At a recent open show a dog went into the open class the breed only had 4 classes. This particular dog was sitting on 2 CC's it only came 3rd in its class. The judge knew what it had won I heard him talking to someone later and he said despite what it had won he didn't think it deserved more than 3rd place. The puppy winner took best of breed and best pup, the adult group 3 puppy group 1 and RBPIS. The dog sitting on 2 CC's went to a champ show the following weekend and won its 3rd and crowning CC yet in the open show judges opinion it didn't warrent better than 3rd place in its class at an open show. Different judges like different things and yes the judge was a breed speciaalist and not an all rounder.


----------



## Kicksforkills (Mar 27, 2012)

I would be pretty annoyed if my dog got withheld. 
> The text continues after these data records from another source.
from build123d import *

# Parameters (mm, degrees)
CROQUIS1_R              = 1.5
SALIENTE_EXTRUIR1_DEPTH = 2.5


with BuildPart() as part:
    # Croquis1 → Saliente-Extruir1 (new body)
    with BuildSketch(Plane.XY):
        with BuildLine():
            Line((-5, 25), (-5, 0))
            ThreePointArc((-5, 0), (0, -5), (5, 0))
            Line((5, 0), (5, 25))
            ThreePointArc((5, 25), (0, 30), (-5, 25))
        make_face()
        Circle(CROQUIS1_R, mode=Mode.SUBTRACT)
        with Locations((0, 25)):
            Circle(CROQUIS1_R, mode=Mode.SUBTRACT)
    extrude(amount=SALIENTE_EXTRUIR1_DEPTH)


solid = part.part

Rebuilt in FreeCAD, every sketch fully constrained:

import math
import FreeCAD as App
import Part
import Sketcher

doc = App.newDocument("Part")
body = doc.addObject("PartDesign::Body", "Body")

sketch1 = body.newObject("Sketcher::SketchObject", "Sketch")
sketch1.AttachmentSupport = (doc.getObject("XY_Plane"), [""])
sketch1.MapMode = "FlatFace"
sketch1.addGeometry([
    Part.LineSegment(App.Vector(-5, 25, 0), App.Vector(-5, 0, 0)),
    Part.ArcOfCircle(Part.Circle(App.Vector(0, 0, 0), App.Vector(0, 0, 1), 5), math.radians(180), math.radians(360)),
    Part.LineSegment(App.Vector(5, 0, 0), App.Vector(5, 25, 0)),
    Part.ArcOfCircle(Part.Circle(App.Vector(0, 25, 0), App.Vector(0, 0, 1), 5), math.radians(0), math.radians(180)),
    Part.Circle(App.Vector(0, 0, 0), App.Vector(0, 0, 1), 1.5),
    Part.Circle(App.Vector(0, 25, 0), App.Vector(0, 0, 1), 1.5),
], False)
sketch1.addConstraint([
    Sketcher.Constraint("Tangent", 0, 2, 1, 1),
    Sketcher.Constraint("Tangent", 1, 2, 2, 1),
    Sketcher.Constraint("Tangent", 2, 2, 3, 1),
    Sketcher.Constraint("Tangent", 3, 2, 0, 1),
    Sketcher.Constraint("Vertical", 0),
    Sketcher.Constraint("Vertical", 2),
    Sketcher.Constraint("Coincident", 1, 3, -1, 1),
    Sketcher.Constraint("Coincident", 4, 3, -1, 1),
    Sketcher.Constraint("Coincident", 5, 3, 3, 3),
    Sketcher.Constraint("Equal", 4, 5),
    Sketcher.Constraint("Diameter", 4, 3.0),
    Sketcher.Constraint("Radius", 1, 5.0),
    Sketcher.Constraint("DistanceY", 0, 2, 0, 1, 25.0),
])
pad1 = body.newObject("PartDesign::Pad", "Pad")
pad1.Profile = sketch1
pad1.Length = 2.5

doc.recompute()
Freyja, that's a good story. Gives us against "faces" or well known breeders hope.


----------



## Tigerneko (Jan 2, 2009)

I've never seen a dog get withheld in a class before, I thought it didn't really happen much, or that the dog had to be spectacularly bad for it to be refused a place in a small class.

How do they do it? Is it all very discreet or does everyone know the dog has been withheld? I'd be so embarrassed it happened to a dog of mine!


----------



## pearltheplank (Oct 2, 2010)

I know the reasons behind withholding, just wondered wether there was a limit on how many times it could happen and if there was a ban?
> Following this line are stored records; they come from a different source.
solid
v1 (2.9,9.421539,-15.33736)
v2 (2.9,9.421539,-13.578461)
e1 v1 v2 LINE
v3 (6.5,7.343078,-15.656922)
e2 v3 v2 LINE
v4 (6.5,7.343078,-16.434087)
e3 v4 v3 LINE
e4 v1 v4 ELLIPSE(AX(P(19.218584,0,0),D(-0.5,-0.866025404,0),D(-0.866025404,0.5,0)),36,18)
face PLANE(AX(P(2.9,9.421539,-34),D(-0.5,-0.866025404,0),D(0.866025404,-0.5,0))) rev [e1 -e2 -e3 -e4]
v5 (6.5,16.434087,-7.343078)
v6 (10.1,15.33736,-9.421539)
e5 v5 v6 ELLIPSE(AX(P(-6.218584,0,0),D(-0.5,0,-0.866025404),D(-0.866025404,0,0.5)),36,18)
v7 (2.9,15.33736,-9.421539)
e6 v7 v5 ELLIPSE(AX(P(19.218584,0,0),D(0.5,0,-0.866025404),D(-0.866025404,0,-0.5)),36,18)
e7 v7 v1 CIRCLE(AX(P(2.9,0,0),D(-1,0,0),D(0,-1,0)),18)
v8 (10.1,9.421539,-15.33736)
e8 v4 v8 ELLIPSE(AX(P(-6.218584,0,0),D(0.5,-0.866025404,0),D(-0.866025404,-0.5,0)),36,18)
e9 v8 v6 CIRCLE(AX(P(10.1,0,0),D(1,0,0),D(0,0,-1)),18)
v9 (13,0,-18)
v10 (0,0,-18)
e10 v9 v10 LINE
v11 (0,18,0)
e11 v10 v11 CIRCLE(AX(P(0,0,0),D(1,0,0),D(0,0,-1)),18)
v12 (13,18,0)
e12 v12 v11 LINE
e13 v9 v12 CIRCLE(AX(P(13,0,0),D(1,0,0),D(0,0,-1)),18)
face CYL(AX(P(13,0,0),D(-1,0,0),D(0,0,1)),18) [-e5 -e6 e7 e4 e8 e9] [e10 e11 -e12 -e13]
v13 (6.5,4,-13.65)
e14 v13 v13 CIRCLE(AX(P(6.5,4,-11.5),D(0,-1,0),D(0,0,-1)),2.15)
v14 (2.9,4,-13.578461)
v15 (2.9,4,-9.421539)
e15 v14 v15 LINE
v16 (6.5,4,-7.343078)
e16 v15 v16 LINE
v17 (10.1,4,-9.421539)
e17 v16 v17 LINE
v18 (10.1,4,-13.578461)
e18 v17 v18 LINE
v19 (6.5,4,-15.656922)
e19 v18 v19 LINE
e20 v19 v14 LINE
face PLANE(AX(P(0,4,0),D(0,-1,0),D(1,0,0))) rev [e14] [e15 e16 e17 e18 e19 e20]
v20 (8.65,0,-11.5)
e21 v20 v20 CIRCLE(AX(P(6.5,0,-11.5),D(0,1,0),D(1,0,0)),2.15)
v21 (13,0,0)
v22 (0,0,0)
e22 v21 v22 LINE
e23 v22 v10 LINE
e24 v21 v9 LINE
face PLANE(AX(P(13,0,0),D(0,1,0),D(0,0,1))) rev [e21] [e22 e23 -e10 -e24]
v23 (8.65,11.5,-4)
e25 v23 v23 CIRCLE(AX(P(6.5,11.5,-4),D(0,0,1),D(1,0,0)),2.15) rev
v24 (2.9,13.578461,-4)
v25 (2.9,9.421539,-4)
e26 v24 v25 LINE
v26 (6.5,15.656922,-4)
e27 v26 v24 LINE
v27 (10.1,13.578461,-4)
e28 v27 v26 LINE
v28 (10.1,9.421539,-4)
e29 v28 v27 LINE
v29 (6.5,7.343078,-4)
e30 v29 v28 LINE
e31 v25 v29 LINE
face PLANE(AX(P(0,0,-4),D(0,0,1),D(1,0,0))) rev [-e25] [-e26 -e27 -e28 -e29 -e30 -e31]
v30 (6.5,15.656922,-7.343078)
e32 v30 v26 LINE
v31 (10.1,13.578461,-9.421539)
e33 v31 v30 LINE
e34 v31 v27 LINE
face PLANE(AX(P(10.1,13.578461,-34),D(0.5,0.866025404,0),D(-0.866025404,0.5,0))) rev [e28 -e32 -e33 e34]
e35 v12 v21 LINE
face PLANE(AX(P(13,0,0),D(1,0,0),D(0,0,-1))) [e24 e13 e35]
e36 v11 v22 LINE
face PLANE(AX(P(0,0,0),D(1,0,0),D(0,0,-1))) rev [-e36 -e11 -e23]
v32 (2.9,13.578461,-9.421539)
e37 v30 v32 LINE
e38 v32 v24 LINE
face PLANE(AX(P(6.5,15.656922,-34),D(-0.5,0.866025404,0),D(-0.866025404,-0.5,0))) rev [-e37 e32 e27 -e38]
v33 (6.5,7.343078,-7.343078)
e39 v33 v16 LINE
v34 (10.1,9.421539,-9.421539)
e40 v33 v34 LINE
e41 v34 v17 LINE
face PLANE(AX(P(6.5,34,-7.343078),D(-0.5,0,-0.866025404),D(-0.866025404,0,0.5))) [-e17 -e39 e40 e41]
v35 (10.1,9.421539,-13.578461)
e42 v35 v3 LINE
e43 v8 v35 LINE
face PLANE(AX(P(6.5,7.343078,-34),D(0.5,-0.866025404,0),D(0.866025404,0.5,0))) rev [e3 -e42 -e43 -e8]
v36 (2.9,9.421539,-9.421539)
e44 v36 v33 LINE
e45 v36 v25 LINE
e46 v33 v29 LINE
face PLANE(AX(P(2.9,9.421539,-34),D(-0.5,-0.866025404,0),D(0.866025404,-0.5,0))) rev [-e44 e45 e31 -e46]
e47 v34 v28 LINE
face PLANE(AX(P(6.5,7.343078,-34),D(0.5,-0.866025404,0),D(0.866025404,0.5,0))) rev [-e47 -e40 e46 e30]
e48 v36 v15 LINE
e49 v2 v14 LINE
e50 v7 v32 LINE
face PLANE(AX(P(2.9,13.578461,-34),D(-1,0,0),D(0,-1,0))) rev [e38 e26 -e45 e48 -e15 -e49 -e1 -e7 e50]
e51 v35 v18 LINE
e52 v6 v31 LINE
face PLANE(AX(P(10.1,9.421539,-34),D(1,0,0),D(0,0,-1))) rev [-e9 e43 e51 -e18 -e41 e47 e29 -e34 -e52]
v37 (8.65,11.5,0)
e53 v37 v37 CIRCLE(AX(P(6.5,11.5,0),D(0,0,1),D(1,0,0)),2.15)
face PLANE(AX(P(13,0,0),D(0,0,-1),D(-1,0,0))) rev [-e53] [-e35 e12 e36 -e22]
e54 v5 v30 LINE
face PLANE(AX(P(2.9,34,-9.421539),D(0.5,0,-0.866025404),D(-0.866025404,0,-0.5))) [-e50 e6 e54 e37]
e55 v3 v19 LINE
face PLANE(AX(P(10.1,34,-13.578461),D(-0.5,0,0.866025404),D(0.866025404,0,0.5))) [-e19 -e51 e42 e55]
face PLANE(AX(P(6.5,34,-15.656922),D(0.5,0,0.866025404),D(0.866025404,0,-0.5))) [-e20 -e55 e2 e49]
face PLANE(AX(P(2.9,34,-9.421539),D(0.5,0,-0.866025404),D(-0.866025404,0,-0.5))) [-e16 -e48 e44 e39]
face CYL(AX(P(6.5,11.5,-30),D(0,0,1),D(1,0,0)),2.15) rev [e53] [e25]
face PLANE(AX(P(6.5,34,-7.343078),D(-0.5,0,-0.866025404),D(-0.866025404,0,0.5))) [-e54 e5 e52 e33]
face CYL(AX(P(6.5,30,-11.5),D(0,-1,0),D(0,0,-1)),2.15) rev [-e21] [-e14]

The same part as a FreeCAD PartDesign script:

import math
import FreeCAD as App
import Part
import Sketcher
from FreeCAD import Vector
Q = App.Units.Quantity


def add_polygon(sketch, points):
    """Adds a closed chain of lines whose ends are joined by coincident constraints."""
    first, n = sketch.GeometryCount, len(points)
    for a, b in zip(points, points[1:] + points[:1]):
        sketch.addGeometry(Part.LineSegment(App.Vector(*a, 0), App.Vector(*b, 0)), False)
    for i in range(n):
        sketch.addConstraint(Sketcher.Constraint("Coincident", first + i, 2, first + (i + 1) % n, 1))

doc = App.newDocument("Part")
params = doc.addObject("Spreadsheet::Sheet", "Params")
for row, (alias, value) in enumerate([
    ("sketch1_radius", "18 mm"),
    ("pad1_length", "13 mm"),
    ("sketch2_diameter", "4.3 mm"),
    ("pocket1_length", "30 mm"),
    ("pocket2_length", "30 mm"),
], start=1):
    params.set(f"A{row}", alias)
    params.set(f"B{row}", "=" + value)
    params.setAlias(f"B{row}", alias)

body = doc.addObject("PartDesign::Body", "Body")

# Sketch on YZ plane
sketch1 = body.newObject("Sketcher::SketchObject", "Sketch")
sketch1.AttachmentSupport = (doc.getObject("YZ_Plane"), [""])
sketch1.MapMode = "FlatFace"
sketch1.addGeometry(Part.LineSegment(Vector(0, 0, 0), Vector(0, -18, 0)), False)
sketch1.addGeometry(Part.ArcOfCircle(Part.Circle(Vector(0, 0, 0), Vector(0, 0, 1), 18), math.radians(-90), math.radians(0)), False)
sketch1.addGeometry(Part.LineSegment(Vector(18, 0, 0), Vector(0, 0, 0)), False)
sketch1.addConstraint(Sketcher.Constraint("Coincident", 0, 2, 1, 1))
sketch1.addConstraint(Sketcher.Constraint("Coincident", 1, 2, 2, 1))
sketch1.addConstraint(Sketcher.Constraint("Coincident", 2, 2, 0, 1))
sketch1.addConstraint(Sketcher.Constraint("Vertical", 0))
sketch1.addConstraint(Sketcher.Constraint("Horizontal", 2))
sketch1.addConstraint(Sketcher.Constraint("Coincident", 1, 3, -1, 1))
sketch1.addConstraint(Sketcher.Constraint("Coincident", 2, 2, -1, 1))
sketch1.addConstraint(Sketcher.Constraint("Radius", 1, Q("18 mm")))
sketch1.setExpression("Constraints[7]", "Params.sketch1_radius")
pad1 = body.newObject("PartDesign::Pad", "Pad")
pad1.Profile = sketch1
pad1.setExpression("Length", "Params.pad1_length")

# Sketch on XY plane
sketch2 = body.newObject("Sketcher::SketchObject", "Sketch001")
sketch2.AttachmentSupport = (doc.getObject("XY_Plane"), [""])
sketch2.MapMode = "FlatFace"
sketch2.addGeometry(Part.Circle(Vector(6.5, 11.5, 0), Vector(0, 0, 1), 2.1), False)
sketch2.addConstraint(Sketcher.Constraint("Diameter", 0, Q("4.3 mm")))
sketch2.addConstraint(Sketcher.Constraint("DistanceX", -1, 1, 0, 3, Q("6.5 mm")))
sketch2.addConstraint(Sketcher.Constraint("DistanceY", -1, 1, 0, 3, Q("11.5 mm")))
sketch2.setExpression("Constraints[0]", "Params.sketch2_diameter")
pocket1 = body.newObject("PartDesign::Pocket", "Pocket")
pocket1.Profile = sketch2
pocket1.setExpression("Length", "Params.pocket1_length")

# Sketch on XY plane
sketch3 = body.newObject("Sketcher::SketchObject", "Sketch002")
sketch3.AttachmentSupport = (doc.getObject("XY_Plane"), [""])
sketch3.MapMode = "FlatFace"
sketch3.AttachmentOffset = App.Placement(Vector(0, 0, -4), App.Rotation())
add_polygon(sketch3, [(6.5, 15.7), (2.9, 13.6), (2.9, 9.4), (6.5, 7.3), (10.1, 9.4), (10.1, 13.6)])  # lines 0-5
sketch3.addConstraint(Sketcher.Constraint("Vertical", 1))
sketch3.addConstraint(Sketcher.Constraint("Vertical", 4))
sketch3.addConstraint(Sketcher.Constraint("Parallel", 0, 3))
sketch3.addConstraint(Sketcher.Constraint("Parallel", 2, 5))
sketch3.addConstraint(Sketcher.Constraint("Horizontal", 1, 2, 3, 2))
sketch3.addConstraint(Sketcher.Constraint("Horizontal", 0, 2, 4, 2))
sketch3.addConstraint(Sketcher.Constraint("Vertical", 2, 2, 5, 2))
sketch3.addConstraint(Sketcher.Constraint("Angle", 0, Q("-150 deg")))
sketch3.addConstraint(Sketcher.Constraint("DistanceX", -1, 1, 0, 2, Q("2.9 mm")))
sketch3.addConstraint(Sketcher.Constraint("DistanceX", -1, 1, 2, 2, Q("6.5 mm")))
sketch3.addConstraint(Sketcher.Constraint("DistanceY", 1, 2, 1, 1, Q("4.156922 mm")))
sketch3.addConstraint(Sketcher.Constraint("DistanceY", -1, 1, 0, 2, Q("13.578461 mm")))
pocket2 = body.newObject("PartDesign::Pocket", "Pocket001")
pocket2.Profile = sketch3
pocket2.setExpression("Length", "Params.pocket2_length")
doc.recompute()

datumplane = body.newObject("PartDesign::Plane", "DatumPlane")
datumplane.Placement = App.Placement(Vector(0, 0, 0), App.Rotation(Vector(0, 0.707106781, -0.707106781), Vector(-1, 0, 0), Vector(0, 0.707106781, 0.707106781), "ZXY"))
mirrored = body.newObject("PartDesign::Mirrored", "Mirrored")
mirrored.Originals = [pocket1, pocket2]
mirrored.MirrorPlane = (datumplane, [""])
body.Tip = mirrored

doc.recompute()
Tiger....I've only seen it a handful of times. Each time the judge has asked the dog to leave the ring so it's obvious but done as discreetly as possible! The judge has to inform the exhibitor of his reasons and the KC but doesn't announce it.


----------



## Freyja (Jun 28, 2008)

I forgot about the other time I saw a place with held. It was a Midland Counties champ show it was the first time I showed a greyhound William was in the puppy dog class which he won. When it came to the limit dog class there was only 1 entry an ex racer she went into the ring the judge went over it watched him move then dissmissed him from the ring. His excuse was he didn't think the dog was good enough to gain his stud book number. Now in greyhounds you only get your stud book number for 1st in open or winning the CC or RCC. All the other exhibitors wete going mad people were refusing to go in for other classes the chief steward was fetched and eventually they got the rule book out and the judge was informed the dog wouldn't gain his stud book and so the dog was called back into the ring and awarded 1st place.


----------



## smokeybear (Oct 19, 2011)

There is no limit on the amount of times a judge may withold placing any dogs or one dog; there is nothing to prevent any dog of any quality entering as many shows as the owner wishes however it may be a complete waste of time and money.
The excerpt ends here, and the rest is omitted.